Itaipava São Paulo Indy 300 presented by Nestlé

IndyCar Series
- Location: São Paulo Street Circuit, Santana, São Paulo, Brazil 23°31′0″S 46°38′30″W﻿ / ﻿23.51667°S 46.64167°W
- Corporate sponsor: Itaipava, Nestlé
- First race: 2010
- First IRL race: 2010
- Last race: 2013
- Distance: 306.097 km (190.200 mi)
- Laps: 75
- Most wins (driver): Will Power (3)
- Most wins (team): Team Penske (3)
- Most wins (manufacturer): Chevrolet/Honda

Circuit information
- Surface: Asphalt/Concrete
- Length: 4.080 km (2.535 mi)
- Turns: 11
- Lap record: 1:20.4312 (Ryan Hunter-Reay, Dallara DW12-Chevrolet, 2013, IndyCar)

= São Paulo Indy 300 =

The Itaipava São Paulo Indy 300 presented by Nestlé was an event in the IRL IndyCar Series, contested in the 2010 through 2013 IndyCar Series seasons.

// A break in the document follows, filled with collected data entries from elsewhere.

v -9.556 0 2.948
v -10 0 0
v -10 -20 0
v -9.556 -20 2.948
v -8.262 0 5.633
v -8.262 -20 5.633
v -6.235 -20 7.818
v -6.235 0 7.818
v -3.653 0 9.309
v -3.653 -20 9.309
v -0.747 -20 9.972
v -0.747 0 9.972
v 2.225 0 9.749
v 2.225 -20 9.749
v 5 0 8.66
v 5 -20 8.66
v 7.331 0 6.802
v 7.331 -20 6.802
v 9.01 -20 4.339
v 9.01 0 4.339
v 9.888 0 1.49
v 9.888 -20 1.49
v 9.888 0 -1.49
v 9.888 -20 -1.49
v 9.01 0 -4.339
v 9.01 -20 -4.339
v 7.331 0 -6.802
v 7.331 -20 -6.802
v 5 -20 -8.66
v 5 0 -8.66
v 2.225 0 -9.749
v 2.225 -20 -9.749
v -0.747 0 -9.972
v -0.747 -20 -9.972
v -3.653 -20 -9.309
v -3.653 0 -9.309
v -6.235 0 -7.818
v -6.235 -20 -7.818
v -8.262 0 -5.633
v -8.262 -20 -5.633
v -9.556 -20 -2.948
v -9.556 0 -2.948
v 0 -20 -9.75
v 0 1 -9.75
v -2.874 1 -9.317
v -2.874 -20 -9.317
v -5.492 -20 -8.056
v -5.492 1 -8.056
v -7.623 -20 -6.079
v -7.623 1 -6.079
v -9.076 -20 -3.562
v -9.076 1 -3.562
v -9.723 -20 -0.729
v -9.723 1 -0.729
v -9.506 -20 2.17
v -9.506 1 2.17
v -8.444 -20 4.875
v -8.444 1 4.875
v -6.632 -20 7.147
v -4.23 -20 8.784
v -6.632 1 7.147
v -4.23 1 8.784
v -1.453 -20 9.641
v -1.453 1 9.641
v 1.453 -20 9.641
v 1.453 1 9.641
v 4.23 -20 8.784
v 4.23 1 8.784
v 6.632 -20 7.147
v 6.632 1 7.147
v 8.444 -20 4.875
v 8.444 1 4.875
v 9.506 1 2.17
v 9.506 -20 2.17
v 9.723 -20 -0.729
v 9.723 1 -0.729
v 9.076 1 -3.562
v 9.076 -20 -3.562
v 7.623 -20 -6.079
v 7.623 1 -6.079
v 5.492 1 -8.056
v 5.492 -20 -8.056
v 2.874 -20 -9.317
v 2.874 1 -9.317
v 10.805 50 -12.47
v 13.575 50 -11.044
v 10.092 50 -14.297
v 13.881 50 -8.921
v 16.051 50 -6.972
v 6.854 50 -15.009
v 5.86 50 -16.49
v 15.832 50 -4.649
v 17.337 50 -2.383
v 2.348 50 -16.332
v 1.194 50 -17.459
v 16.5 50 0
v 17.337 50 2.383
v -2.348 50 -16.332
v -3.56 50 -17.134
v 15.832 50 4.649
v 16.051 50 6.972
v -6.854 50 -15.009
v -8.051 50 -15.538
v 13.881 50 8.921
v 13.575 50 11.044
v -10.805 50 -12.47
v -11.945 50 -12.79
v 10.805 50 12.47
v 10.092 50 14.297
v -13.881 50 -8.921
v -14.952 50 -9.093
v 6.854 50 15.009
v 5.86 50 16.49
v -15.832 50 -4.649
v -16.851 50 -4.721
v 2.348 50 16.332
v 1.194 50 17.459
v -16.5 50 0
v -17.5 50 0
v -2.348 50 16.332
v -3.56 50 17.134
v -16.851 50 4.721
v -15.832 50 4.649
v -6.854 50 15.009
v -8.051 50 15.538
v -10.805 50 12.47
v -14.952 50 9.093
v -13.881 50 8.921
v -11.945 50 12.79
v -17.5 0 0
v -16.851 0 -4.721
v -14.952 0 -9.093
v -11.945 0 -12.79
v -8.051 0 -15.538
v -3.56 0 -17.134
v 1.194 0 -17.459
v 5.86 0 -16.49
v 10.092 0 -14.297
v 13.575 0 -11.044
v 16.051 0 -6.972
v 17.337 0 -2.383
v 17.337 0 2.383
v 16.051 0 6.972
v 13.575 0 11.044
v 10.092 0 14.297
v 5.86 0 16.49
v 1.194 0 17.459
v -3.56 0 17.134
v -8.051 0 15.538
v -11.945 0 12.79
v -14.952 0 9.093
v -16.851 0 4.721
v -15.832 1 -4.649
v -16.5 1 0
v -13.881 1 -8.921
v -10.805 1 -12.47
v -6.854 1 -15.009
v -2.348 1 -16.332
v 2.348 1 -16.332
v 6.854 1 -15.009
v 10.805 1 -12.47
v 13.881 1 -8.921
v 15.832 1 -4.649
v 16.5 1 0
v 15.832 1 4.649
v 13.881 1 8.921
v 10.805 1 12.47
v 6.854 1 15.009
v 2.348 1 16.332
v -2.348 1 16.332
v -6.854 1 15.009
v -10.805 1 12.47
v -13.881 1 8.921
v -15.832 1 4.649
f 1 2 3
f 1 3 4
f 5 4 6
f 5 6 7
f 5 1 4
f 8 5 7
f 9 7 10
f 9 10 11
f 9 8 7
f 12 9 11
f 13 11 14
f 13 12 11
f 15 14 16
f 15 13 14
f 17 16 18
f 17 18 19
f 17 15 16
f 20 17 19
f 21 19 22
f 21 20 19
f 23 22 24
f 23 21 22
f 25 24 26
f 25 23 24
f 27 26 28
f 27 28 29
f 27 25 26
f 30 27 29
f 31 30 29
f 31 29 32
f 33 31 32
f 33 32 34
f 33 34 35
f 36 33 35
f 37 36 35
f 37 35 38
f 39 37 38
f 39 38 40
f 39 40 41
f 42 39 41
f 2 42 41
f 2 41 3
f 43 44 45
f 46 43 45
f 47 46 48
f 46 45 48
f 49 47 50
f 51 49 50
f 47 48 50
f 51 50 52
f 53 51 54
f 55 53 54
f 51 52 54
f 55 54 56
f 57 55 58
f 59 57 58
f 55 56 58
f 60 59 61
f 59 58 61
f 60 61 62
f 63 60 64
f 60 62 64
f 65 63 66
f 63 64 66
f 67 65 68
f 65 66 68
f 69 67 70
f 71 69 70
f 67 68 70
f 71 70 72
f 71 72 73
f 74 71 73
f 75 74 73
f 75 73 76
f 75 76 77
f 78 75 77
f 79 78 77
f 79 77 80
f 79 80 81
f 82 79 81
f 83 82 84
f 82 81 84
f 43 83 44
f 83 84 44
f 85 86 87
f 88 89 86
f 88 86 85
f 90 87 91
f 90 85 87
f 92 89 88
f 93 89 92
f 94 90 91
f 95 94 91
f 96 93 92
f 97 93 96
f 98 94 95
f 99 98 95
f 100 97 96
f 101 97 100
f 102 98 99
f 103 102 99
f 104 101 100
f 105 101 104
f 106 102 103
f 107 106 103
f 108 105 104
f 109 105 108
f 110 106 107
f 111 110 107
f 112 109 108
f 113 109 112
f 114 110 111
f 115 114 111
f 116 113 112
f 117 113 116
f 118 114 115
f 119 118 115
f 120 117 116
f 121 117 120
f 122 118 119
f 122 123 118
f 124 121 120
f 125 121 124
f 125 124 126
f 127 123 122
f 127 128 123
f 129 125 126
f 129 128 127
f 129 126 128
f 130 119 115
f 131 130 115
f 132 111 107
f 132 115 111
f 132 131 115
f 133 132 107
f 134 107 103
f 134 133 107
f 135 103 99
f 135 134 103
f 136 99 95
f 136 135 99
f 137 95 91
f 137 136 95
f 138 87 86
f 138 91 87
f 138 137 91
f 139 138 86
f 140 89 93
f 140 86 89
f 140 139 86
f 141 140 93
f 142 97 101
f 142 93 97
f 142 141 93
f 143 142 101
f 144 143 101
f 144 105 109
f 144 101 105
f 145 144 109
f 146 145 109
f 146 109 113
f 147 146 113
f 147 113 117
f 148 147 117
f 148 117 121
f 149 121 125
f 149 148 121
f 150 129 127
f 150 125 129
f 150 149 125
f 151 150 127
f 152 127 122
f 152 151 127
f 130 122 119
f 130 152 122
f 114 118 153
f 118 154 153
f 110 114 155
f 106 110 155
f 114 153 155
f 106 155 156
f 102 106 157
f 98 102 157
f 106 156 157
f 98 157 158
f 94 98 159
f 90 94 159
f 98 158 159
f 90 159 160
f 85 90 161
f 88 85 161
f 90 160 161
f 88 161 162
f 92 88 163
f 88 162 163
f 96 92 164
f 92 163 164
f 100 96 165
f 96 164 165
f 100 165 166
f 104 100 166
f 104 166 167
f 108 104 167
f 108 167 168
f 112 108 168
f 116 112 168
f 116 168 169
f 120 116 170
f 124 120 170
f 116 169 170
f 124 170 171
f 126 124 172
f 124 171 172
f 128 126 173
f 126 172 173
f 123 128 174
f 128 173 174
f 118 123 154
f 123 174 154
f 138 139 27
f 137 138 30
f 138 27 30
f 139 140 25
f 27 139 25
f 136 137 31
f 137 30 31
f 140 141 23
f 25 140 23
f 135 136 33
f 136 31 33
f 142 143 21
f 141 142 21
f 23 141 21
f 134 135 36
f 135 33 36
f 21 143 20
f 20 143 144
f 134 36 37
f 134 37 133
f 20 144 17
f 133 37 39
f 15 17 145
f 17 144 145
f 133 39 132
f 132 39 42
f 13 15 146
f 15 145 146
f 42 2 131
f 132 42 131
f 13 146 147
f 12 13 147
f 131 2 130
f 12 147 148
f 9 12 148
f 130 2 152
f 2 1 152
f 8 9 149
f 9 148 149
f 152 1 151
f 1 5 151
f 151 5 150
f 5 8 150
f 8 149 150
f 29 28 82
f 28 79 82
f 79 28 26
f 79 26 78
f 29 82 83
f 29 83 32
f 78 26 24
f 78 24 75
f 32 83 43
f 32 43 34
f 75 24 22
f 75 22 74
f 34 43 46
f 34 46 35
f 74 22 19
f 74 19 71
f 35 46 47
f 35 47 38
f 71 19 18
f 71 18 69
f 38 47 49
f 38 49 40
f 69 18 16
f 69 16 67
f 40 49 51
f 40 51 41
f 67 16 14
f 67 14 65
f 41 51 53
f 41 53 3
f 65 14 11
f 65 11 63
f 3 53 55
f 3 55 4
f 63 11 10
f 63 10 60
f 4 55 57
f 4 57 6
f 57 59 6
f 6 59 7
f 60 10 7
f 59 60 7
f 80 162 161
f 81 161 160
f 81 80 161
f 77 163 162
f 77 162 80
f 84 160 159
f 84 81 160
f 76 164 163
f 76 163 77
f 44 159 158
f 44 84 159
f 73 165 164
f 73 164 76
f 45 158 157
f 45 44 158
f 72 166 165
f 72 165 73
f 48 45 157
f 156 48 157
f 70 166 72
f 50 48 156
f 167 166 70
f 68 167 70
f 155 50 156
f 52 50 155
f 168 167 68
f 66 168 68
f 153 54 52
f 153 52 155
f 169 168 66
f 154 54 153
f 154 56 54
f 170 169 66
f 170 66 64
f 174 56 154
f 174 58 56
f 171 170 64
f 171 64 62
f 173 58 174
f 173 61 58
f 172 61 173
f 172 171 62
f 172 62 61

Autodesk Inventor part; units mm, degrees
ref_plane "YZ Plane" through (0, 0, 0) normal (1, 0, 0) x (0, 1, 0)
ref_plane "XZ Plane" through (0, 0, 0) normal (0, 1, 0) x (-1, 0, 0)
ref_plane "XY Plane" through (0, 0, 0) normal (0, 0, 1) x (1, 0, 0)
sketch "Sketch1" plane through (0, 0, 0) normal (0, 1, 0) x (-1, 0, 0)
  circle A0 centre (0, 0) radius 17.5
  circle A1 centre (0, 0) radius 10
  dimension "d0" = 35
  dimension "d1" = 20
extrude "Extrusion1" add sketch "Sketch1" along normal blind 50 contours A0 | A1
extrude "Extrusion2" add sketch "Sketch1" against normal blind 20 contours A1
shell "Shell1" thickness 1 removed faces 1 at (-4.3663, 50, -1.0762)
sketch "Sketch2" plane through (0, -20, 0) normal (0, -1, 0) x (1, 0, 0)
  point P0 (0, 0)
  point P1 (0, 0)
hole "Hole1" at (0, -20, 0) direction (0, 1, 0) diameter 19.5 depth 50
properties part number "new seed container"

The event was originally announced on November 25, 2009, as the first championship event for the series outside North America and Japan, and the first American open-wheel race in the country since the Rio 200 at Jacarepaguá in the 2000 CART season. Due to a lengthy distance to travel from most team bases, the event promoters offered each team a six-figure sum of money, as well as paying for all expenses.

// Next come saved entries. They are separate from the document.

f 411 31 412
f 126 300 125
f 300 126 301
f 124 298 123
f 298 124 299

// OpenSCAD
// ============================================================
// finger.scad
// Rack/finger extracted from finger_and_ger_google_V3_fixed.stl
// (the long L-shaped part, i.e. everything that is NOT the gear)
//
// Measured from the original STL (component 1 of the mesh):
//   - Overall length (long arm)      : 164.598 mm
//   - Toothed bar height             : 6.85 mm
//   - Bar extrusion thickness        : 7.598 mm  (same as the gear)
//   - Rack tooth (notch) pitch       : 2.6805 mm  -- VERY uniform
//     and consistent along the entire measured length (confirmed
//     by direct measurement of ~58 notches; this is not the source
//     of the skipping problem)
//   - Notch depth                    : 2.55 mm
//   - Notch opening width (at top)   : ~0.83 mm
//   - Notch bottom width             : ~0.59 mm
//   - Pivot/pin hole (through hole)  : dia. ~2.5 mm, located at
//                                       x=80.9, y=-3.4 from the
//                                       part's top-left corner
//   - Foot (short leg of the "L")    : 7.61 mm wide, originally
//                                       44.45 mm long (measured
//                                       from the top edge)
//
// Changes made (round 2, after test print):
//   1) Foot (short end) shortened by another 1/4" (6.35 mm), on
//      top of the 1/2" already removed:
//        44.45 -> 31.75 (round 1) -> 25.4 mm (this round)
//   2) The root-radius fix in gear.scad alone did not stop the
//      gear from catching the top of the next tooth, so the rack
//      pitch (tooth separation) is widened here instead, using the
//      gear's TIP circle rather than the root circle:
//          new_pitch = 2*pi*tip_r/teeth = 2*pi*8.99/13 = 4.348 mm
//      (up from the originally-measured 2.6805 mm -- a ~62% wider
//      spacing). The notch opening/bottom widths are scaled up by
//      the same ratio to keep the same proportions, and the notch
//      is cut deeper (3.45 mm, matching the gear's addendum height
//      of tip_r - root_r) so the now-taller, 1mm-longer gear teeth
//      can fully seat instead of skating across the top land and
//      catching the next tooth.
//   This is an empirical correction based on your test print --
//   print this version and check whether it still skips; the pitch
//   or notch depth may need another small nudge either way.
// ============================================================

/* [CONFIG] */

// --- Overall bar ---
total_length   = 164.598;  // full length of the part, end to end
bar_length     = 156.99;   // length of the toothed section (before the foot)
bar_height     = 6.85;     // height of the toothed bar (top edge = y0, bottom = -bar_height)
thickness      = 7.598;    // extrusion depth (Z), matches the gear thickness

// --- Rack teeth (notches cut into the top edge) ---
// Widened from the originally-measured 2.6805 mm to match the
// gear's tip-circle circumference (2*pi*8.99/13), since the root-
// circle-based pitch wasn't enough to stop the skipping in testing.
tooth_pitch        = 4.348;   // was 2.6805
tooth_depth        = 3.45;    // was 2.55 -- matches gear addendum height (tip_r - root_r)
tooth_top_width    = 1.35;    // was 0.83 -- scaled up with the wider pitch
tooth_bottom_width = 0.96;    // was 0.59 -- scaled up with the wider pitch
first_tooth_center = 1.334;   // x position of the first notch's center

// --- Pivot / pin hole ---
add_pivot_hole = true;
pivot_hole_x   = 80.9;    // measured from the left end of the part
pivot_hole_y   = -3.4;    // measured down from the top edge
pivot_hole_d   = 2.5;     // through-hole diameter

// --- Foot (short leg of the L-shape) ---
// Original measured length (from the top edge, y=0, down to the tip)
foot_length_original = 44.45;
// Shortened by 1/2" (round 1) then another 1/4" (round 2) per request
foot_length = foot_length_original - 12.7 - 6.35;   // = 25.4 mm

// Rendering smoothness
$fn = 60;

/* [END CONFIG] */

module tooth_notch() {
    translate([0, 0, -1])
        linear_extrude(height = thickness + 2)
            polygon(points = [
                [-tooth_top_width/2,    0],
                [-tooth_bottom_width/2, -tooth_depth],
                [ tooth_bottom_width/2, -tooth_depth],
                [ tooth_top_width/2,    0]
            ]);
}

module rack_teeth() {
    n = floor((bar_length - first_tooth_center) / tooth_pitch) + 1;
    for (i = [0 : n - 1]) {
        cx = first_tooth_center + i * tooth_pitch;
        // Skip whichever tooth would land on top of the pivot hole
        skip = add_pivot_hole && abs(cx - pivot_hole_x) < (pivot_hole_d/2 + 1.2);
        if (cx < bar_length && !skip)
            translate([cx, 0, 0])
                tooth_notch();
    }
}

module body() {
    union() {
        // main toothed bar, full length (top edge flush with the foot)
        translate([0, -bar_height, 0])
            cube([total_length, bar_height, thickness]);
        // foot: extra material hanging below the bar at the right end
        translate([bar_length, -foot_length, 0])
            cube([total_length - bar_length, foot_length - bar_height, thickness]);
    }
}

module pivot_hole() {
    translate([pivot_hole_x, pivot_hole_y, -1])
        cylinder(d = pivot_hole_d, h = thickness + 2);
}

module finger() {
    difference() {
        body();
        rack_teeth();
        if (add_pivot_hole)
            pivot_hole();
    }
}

The street circuit race track was laid out in the Santana district, birthplace of legendary Brazilian driver Ayrton Senna and Brazilian auto racing pioneer Chico Landi. The main straightaway of the circuit was along the Sambadrome of Anhembi and utilized portions of the Marginal Tietê service drive. The Anhembi Convention Center was used for support facilities and spectator attractions. The circuit was one of two IndyCar Series circuits (Baltimore the other) to have pit lanes not positioned at the start-finish line; São Paulo's was positioned after turn four.

==Past results==

| Season | Date | Driver | Team | Chassis | Engine | Race Distance |  | Race Time | Average Speed (mph) | Report | Refs |
| Laps | Miles (km) |
| 2010 | March 14 | AUS Will Power | Team Penske | Dallara IR05 | Honda | 61* | 158.6 (255.241) | 2:00:57 | 76.733 | Report |  |
| 2011 | May 1/2* | AUS Will Power | Team Penske | Dallara IR05 | Honda | 55* | 139.48 (224.471) | 2:04:05 | 67.442 | Report |  |
| 2012 | April 29 | AUS Will Power | Team Penske | Dallara DW12 | Chevrolet | 75 | 190.2 (306.097) | 2:08:18 | 88.945 | Report |  |
| 2013 | May 5 | Canada James Hinchcliffe | Andretti Autosport | Dallara DW12 | Chevrolet | 75 | 190.2 (306.097) | 2:09:34 | 88.07 | Report |  |

- 2010: Race shortened due to rain and two-hour time limit.
- 2011: Rain forced a postponement of the race after 15 laps. Race resumed on Monday and was shortened due to rain and two-hour time limit.